# 2 new New vivs...1 hex, 1 20gal.



## Dendro Dave (Aug 2, 2005)

Ok so my friends gave me a crappy 4mp camera tonight so I took pix of the 2 new builds I'm doing. I'm not super impressed with the camera or the pix but it was free so hard to complain 

First up the hex. The hex is like a 35gal or something. Its almost done but it needs a few more plants, and more pumps for the 3 waterfalls. I scrapped the rain bar for now. The 3 waterfalls are the 3 tiered 1 of wood on the right, a small one in the center piece of wood that makes up most of the pond shore, and 1 coming out from the slate on the left. All drain into the pond. All around the edges of the drip wall is an extra thick layer of gravel so more water drains down and less goes into the substrate. Actually though it is unseen the entire substrate structure is pretty complicated with seperations and different layers and mixes to favor plants overall given the design and/or in specific areas. Original plan was to run it all off 2 tom's lifting pumps...Ya bad plan. I'm going to need 3-4 pumps after testing, basically 1 for almost each water feature. So right now only the drip wall is running. I broke both Tom's but it seems I fixed 1 better then the other, 1 isn't getting enough suction to run center/shore waterfall well.

The first teir of planting mostly consist of Utricularia species, that I've probably killed screwing with stuff and will have to replant. 2nd tier is mini violets and sinnigas. 3rd tier is 2 Streptocarpus and 1 Episcia. For the most part the drip wall isn't planted yet and in the pics you can see at least 1 of the 2 large planters mounted on the back wall, neither planted yet. The drip wall is made from broken pieces of cork and cork tubes in a mosaic pattern with various live and dead mosses jammed into the spaces. The tube pieces are meant as mini planters. Water is still fairly saturated with tannins, and currently murky since it hasn't cycled yet. I'm going to flush it one more time and fill from the pond instead of straight through the substrate, should be at a tolerable point by then. Still some landscaping detail work to do to make it all pretty, decorative green/black/white gravel and whatnot. Here are the pics...

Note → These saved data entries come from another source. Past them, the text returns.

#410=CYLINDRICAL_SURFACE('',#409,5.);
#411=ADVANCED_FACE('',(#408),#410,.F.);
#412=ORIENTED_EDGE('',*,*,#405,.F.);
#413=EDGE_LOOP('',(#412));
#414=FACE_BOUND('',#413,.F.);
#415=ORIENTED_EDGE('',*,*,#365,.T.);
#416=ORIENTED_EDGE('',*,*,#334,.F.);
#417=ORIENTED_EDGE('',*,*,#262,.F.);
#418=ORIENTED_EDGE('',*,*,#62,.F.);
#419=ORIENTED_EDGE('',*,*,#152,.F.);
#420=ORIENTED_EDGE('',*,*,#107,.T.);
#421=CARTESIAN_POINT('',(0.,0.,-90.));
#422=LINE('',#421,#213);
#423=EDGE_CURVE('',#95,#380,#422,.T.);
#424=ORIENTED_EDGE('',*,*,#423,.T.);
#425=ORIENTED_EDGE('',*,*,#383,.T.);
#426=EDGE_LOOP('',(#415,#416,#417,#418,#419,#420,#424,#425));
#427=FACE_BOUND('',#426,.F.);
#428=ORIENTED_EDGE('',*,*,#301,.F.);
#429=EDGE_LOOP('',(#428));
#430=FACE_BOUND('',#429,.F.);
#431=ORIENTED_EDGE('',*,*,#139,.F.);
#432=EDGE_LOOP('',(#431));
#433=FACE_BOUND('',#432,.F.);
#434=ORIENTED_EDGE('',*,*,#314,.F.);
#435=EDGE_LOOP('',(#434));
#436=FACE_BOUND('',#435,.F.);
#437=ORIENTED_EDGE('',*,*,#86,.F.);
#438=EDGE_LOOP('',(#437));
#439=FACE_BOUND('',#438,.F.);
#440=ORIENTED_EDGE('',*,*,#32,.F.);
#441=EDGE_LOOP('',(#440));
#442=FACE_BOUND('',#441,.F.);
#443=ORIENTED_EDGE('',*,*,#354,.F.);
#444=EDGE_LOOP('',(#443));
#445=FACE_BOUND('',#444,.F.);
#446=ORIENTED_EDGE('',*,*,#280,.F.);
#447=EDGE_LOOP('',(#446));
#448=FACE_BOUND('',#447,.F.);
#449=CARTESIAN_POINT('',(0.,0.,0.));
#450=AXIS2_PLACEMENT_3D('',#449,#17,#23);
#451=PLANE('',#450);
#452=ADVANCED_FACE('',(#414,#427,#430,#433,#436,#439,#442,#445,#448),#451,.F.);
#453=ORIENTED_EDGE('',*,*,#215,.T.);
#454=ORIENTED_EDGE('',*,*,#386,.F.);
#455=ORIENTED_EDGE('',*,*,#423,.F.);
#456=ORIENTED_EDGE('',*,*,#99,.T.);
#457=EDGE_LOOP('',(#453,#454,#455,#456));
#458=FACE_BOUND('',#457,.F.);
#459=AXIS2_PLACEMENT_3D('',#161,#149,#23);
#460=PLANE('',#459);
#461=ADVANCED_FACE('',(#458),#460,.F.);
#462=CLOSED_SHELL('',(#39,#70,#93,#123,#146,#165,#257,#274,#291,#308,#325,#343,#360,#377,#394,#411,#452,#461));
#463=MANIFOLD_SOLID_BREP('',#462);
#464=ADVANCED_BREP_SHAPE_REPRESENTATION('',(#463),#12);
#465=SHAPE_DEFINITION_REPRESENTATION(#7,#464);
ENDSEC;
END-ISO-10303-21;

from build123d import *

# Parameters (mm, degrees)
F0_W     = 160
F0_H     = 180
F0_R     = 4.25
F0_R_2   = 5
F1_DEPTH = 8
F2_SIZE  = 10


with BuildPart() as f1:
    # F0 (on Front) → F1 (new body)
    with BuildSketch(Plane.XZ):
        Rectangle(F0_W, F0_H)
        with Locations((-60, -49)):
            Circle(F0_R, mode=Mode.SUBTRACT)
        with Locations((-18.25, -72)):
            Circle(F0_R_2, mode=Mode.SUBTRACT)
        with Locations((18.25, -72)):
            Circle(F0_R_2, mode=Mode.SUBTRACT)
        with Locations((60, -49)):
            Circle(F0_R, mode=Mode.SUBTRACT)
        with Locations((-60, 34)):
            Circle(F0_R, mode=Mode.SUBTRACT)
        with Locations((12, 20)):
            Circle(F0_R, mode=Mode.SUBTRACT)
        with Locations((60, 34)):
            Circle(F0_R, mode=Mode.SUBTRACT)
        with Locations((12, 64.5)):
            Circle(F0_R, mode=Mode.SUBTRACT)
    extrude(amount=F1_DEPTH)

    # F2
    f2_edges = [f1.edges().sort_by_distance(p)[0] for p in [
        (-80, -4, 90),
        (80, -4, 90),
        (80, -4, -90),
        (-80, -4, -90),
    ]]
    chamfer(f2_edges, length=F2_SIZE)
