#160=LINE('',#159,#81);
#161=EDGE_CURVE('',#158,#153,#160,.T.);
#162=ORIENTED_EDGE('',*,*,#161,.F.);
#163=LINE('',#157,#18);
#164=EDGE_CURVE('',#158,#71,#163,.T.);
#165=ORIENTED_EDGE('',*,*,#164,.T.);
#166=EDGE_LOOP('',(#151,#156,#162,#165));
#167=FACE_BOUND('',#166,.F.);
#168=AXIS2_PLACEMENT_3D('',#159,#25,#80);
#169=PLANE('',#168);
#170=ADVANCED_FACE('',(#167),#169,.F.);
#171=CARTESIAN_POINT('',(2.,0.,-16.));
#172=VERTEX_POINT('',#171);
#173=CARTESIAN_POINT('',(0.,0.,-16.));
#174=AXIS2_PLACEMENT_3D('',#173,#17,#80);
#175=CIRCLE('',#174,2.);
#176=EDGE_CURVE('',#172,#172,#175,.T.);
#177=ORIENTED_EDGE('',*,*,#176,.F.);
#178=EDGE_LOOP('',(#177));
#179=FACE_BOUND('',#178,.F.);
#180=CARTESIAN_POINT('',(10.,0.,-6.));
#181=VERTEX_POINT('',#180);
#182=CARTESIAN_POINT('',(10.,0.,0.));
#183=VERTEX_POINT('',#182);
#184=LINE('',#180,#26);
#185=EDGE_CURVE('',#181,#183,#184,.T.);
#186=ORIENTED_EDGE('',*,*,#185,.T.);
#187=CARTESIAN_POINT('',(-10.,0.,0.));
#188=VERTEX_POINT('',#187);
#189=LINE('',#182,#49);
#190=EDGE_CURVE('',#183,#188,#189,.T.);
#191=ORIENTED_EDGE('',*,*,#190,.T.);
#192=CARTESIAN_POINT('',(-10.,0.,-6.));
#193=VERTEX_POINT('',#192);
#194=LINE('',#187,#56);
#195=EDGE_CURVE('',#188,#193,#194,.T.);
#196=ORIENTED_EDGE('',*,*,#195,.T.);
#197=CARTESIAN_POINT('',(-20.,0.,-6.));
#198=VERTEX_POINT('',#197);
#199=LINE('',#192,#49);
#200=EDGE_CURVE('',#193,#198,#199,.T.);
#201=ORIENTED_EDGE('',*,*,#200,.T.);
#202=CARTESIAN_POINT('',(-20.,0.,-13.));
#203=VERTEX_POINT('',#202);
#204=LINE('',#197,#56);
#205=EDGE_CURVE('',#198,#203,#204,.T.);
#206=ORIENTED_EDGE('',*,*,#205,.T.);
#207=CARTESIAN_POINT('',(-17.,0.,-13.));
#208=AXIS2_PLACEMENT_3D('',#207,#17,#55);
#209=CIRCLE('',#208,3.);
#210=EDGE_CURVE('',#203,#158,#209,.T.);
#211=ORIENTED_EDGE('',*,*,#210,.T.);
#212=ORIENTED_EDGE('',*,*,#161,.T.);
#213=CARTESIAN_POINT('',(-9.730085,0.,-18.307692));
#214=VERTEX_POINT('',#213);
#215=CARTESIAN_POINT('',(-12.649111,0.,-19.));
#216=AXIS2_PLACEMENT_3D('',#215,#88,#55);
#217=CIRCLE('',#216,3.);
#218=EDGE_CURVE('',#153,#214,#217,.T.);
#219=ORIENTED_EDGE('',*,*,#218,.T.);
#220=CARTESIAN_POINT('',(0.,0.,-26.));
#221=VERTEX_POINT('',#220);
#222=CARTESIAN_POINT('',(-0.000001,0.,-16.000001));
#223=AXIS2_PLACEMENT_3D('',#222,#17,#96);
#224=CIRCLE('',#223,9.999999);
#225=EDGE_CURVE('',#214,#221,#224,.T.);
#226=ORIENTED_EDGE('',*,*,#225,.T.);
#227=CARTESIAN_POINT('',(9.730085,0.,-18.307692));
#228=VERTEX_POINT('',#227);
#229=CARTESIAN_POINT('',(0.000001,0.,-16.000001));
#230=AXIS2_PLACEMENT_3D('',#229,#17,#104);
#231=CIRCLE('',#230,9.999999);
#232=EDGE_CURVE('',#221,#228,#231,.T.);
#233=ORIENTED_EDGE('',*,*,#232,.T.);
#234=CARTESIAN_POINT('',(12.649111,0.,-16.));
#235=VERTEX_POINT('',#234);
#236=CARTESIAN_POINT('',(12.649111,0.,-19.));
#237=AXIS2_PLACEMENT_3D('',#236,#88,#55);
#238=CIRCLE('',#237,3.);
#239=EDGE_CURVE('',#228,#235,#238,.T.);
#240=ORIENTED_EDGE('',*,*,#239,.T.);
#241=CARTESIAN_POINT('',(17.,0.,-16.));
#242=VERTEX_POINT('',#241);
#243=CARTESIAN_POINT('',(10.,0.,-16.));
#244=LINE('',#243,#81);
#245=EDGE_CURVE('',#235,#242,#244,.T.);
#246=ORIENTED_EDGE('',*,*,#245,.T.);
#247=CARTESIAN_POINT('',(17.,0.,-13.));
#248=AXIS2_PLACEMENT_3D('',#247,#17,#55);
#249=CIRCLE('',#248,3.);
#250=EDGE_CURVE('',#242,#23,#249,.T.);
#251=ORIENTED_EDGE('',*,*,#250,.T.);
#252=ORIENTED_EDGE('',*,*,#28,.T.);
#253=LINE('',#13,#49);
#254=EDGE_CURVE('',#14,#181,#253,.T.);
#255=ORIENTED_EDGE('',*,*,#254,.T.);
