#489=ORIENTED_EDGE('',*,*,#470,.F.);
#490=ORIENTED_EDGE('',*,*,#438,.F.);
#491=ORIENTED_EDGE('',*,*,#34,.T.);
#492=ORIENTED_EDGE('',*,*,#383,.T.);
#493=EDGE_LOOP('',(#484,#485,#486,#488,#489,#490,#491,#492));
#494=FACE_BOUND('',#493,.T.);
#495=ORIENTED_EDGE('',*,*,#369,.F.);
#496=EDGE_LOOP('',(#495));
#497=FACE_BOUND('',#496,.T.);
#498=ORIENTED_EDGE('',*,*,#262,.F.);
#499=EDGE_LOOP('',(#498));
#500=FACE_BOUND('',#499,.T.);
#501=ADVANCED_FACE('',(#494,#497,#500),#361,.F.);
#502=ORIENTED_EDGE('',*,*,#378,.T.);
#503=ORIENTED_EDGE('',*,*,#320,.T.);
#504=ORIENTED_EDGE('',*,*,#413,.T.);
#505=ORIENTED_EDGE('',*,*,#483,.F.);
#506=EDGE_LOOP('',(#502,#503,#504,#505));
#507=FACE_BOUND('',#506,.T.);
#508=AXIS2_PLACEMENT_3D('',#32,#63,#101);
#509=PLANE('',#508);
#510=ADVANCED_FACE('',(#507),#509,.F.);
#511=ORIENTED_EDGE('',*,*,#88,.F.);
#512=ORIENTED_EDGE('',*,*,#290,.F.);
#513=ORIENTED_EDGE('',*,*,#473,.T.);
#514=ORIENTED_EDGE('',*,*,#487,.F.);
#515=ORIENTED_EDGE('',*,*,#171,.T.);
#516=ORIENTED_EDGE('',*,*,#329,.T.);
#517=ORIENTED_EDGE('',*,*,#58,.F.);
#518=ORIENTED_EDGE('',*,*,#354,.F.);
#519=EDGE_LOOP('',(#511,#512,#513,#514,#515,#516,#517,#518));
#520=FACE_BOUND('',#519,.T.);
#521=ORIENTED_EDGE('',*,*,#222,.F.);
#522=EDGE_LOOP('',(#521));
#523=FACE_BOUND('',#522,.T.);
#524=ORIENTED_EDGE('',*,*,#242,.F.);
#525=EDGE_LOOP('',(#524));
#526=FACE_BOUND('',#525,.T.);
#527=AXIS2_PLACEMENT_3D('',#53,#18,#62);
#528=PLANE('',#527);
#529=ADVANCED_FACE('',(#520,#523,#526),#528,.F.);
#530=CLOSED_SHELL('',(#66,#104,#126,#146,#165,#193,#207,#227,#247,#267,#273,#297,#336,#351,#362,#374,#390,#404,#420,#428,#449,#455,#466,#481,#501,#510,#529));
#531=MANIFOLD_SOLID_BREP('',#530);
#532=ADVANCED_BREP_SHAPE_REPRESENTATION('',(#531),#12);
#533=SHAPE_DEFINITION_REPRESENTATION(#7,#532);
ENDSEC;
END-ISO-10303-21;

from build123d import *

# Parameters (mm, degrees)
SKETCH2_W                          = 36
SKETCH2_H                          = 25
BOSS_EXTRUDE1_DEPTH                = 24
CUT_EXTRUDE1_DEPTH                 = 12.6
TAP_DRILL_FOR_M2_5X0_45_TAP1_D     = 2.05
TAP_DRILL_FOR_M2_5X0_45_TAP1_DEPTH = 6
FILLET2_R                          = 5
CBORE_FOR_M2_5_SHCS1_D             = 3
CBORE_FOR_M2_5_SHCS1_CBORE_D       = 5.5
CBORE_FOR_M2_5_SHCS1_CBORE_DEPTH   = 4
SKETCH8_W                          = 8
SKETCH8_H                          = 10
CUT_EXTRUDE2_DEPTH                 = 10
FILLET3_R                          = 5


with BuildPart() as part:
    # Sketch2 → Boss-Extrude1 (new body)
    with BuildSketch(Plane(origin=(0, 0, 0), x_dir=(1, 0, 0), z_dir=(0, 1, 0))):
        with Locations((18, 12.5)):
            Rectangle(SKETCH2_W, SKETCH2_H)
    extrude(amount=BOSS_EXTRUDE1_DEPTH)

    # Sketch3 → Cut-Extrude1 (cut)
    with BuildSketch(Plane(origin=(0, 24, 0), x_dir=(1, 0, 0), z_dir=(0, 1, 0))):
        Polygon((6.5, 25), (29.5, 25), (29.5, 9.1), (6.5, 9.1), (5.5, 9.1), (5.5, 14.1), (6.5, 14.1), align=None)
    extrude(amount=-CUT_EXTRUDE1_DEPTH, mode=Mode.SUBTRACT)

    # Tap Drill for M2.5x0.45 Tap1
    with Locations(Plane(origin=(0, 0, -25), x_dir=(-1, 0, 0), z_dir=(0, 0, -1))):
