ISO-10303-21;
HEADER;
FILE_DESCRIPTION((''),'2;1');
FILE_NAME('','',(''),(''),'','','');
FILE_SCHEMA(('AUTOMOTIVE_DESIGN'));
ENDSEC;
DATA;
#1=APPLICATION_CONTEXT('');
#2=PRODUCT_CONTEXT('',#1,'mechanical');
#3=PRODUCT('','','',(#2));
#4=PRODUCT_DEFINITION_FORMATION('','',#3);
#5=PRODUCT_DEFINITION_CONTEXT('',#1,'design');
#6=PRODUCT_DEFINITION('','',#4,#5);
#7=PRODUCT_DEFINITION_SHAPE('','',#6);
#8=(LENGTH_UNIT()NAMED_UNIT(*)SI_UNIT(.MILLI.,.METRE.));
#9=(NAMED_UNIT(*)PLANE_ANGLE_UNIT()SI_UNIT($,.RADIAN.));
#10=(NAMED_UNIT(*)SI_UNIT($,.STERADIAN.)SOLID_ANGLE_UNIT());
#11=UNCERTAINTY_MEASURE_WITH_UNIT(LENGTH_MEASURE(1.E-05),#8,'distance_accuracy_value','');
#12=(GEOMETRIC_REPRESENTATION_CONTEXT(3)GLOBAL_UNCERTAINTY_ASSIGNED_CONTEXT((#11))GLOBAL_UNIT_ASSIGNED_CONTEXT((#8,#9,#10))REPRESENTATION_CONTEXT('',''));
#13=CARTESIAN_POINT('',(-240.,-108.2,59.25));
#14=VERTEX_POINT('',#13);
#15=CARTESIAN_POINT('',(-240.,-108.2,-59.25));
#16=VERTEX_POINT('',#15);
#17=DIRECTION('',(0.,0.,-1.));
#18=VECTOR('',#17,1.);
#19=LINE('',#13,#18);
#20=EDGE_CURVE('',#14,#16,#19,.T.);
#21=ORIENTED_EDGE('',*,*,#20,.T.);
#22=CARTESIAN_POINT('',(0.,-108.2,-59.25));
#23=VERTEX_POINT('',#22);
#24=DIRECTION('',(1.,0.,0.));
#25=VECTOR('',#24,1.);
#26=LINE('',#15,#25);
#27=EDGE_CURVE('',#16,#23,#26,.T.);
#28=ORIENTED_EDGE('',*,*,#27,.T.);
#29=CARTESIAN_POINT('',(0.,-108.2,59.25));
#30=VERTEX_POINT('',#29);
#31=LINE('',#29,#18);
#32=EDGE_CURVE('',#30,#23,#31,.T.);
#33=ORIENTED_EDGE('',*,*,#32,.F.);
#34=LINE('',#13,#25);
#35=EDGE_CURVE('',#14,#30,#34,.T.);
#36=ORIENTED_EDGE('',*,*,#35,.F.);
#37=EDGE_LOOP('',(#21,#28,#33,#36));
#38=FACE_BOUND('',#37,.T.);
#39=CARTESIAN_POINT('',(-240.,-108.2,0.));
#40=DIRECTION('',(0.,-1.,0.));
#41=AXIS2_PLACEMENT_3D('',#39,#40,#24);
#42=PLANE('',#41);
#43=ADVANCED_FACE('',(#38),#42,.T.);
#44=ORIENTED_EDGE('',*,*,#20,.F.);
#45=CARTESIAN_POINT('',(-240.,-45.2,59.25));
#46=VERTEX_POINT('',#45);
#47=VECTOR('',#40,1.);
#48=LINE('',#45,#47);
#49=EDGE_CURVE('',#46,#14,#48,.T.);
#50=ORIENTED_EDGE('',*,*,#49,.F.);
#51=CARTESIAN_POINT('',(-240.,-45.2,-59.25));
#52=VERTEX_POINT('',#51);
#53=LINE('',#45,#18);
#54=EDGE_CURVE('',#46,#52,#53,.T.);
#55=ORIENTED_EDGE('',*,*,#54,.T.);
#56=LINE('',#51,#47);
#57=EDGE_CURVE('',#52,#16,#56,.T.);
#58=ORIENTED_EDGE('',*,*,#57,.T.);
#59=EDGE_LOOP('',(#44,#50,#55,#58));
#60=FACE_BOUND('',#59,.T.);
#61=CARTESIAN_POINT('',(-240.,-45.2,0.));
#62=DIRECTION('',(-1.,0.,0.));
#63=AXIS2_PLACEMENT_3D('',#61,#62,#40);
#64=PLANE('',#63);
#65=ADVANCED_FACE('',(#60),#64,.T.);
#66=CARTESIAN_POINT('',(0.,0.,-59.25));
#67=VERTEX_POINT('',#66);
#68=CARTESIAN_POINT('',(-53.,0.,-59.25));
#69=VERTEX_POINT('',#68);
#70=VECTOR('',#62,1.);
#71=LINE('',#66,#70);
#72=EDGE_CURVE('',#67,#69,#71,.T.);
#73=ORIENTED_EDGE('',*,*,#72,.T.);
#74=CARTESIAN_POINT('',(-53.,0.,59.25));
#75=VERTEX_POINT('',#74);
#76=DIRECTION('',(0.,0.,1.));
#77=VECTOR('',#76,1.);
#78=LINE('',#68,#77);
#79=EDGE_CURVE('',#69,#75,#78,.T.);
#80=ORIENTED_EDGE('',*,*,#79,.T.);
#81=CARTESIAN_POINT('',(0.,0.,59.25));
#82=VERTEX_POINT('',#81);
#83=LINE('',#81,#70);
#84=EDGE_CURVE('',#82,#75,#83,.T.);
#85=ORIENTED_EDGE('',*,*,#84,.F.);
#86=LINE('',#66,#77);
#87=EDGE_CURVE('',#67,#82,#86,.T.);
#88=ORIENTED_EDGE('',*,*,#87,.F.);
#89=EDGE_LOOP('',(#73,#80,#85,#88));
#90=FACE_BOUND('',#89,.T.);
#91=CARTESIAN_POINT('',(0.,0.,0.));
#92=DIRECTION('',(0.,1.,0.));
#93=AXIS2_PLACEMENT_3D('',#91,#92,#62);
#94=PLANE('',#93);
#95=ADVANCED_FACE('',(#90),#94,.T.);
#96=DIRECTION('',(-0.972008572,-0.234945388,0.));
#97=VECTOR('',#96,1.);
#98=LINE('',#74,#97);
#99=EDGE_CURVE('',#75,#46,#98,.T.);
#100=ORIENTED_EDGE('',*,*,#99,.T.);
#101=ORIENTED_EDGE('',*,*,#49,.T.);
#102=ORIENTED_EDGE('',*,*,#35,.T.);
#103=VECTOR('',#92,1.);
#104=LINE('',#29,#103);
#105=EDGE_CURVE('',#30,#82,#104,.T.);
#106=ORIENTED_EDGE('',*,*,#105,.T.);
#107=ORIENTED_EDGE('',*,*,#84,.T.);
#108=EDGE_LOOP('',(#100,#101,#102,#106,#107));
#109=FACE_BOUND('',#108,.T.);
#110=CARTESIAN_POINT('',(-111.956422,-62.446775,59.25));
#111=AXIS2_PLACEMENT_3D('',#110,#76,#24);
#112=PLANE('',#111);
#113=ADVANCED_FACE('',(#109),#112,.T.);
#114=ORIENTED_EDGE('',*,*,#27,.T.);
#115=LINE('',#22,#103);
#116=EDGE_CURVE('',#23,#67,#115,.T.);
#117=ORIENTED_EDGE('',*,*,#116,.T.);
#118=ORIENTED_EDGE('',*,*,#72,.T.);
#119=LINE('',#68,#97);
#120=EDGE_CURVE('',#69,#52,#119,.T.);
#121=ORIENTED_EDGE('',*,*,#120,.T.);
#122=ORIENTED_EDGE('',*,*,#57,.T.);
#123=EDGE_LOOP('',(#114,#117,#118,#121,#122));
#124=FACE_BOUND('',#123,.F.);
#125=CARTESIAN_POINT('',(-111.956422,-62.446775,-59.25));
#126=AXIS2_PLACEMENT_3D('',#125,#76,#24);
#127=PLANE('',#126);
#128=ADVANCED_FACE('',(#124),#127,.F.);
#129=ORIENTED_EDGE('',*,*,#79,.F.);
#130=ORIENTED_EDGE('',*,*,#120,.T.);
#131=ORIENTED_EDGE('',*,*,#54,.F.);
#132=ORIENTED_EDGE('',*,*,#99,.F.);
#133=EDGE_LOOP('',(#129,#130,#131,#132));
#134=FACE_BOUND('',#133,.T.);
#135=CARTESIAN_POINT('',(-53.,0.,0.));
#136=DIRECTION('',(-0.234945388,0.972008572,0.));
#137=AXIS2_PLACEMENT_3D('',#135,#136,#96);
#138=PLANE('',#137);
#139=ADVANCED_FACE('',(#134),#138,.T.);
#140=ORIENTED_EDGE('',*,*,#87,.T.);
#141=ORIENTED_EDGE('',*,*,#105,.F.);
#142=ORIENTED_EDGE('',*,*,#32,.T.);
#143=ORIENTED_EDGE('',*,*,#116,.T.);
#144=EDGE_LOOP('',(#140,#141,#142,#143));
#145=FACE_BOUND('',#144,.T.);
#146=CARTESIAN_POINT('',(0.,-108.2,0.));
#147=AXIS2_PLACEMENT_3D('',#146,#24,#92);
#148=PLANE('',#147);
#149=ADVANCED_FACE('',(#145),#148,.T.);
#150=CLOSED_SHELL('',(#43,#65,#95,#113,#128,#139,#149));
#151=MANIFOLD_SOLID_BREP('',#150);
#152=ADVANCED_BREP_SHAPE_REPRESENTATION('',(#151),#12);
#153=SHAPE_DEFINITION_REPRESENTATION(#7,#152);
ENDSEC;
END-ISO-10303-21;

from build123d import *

# Parameters (mm, degrees)
F1_DEPTH      = 59.25
F1_DEPTH_BACK = 59.25


with BuildPart() as f1:
    # F0 (on Top) → F1 (new body, two sides)
    with BuildSketch(Plane.XY) as f1_sk:
        Polygon((0, -108.2), (0, 0), (-53, 0), (-240, -45.2), (-240, -108.2), align=None)
    extrude(amount=F1_DEPTH)
    extrude(f1_sk.sketch, amount=-F1_DEPTH_BACK)


solid = f1.part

Soil mix is peat, small amount of clay, exoterra forest moss, some sphagnum, ground coco fiber, sand, and some potting soil in bottom layers, and some aquarium gravel throughout.

Full Plant list for the hex...

Ground/drip wall cover
Micro liverwort sp.
Mosses that came with Utricularia and hitchhiker mosses
Frog moss as filler (likely dead)
T & C tropical moss
Black Jungle tropical moss
At least 2 Oklahoma mosses (1 I don't expect to live but makes a good substrate for other mosses)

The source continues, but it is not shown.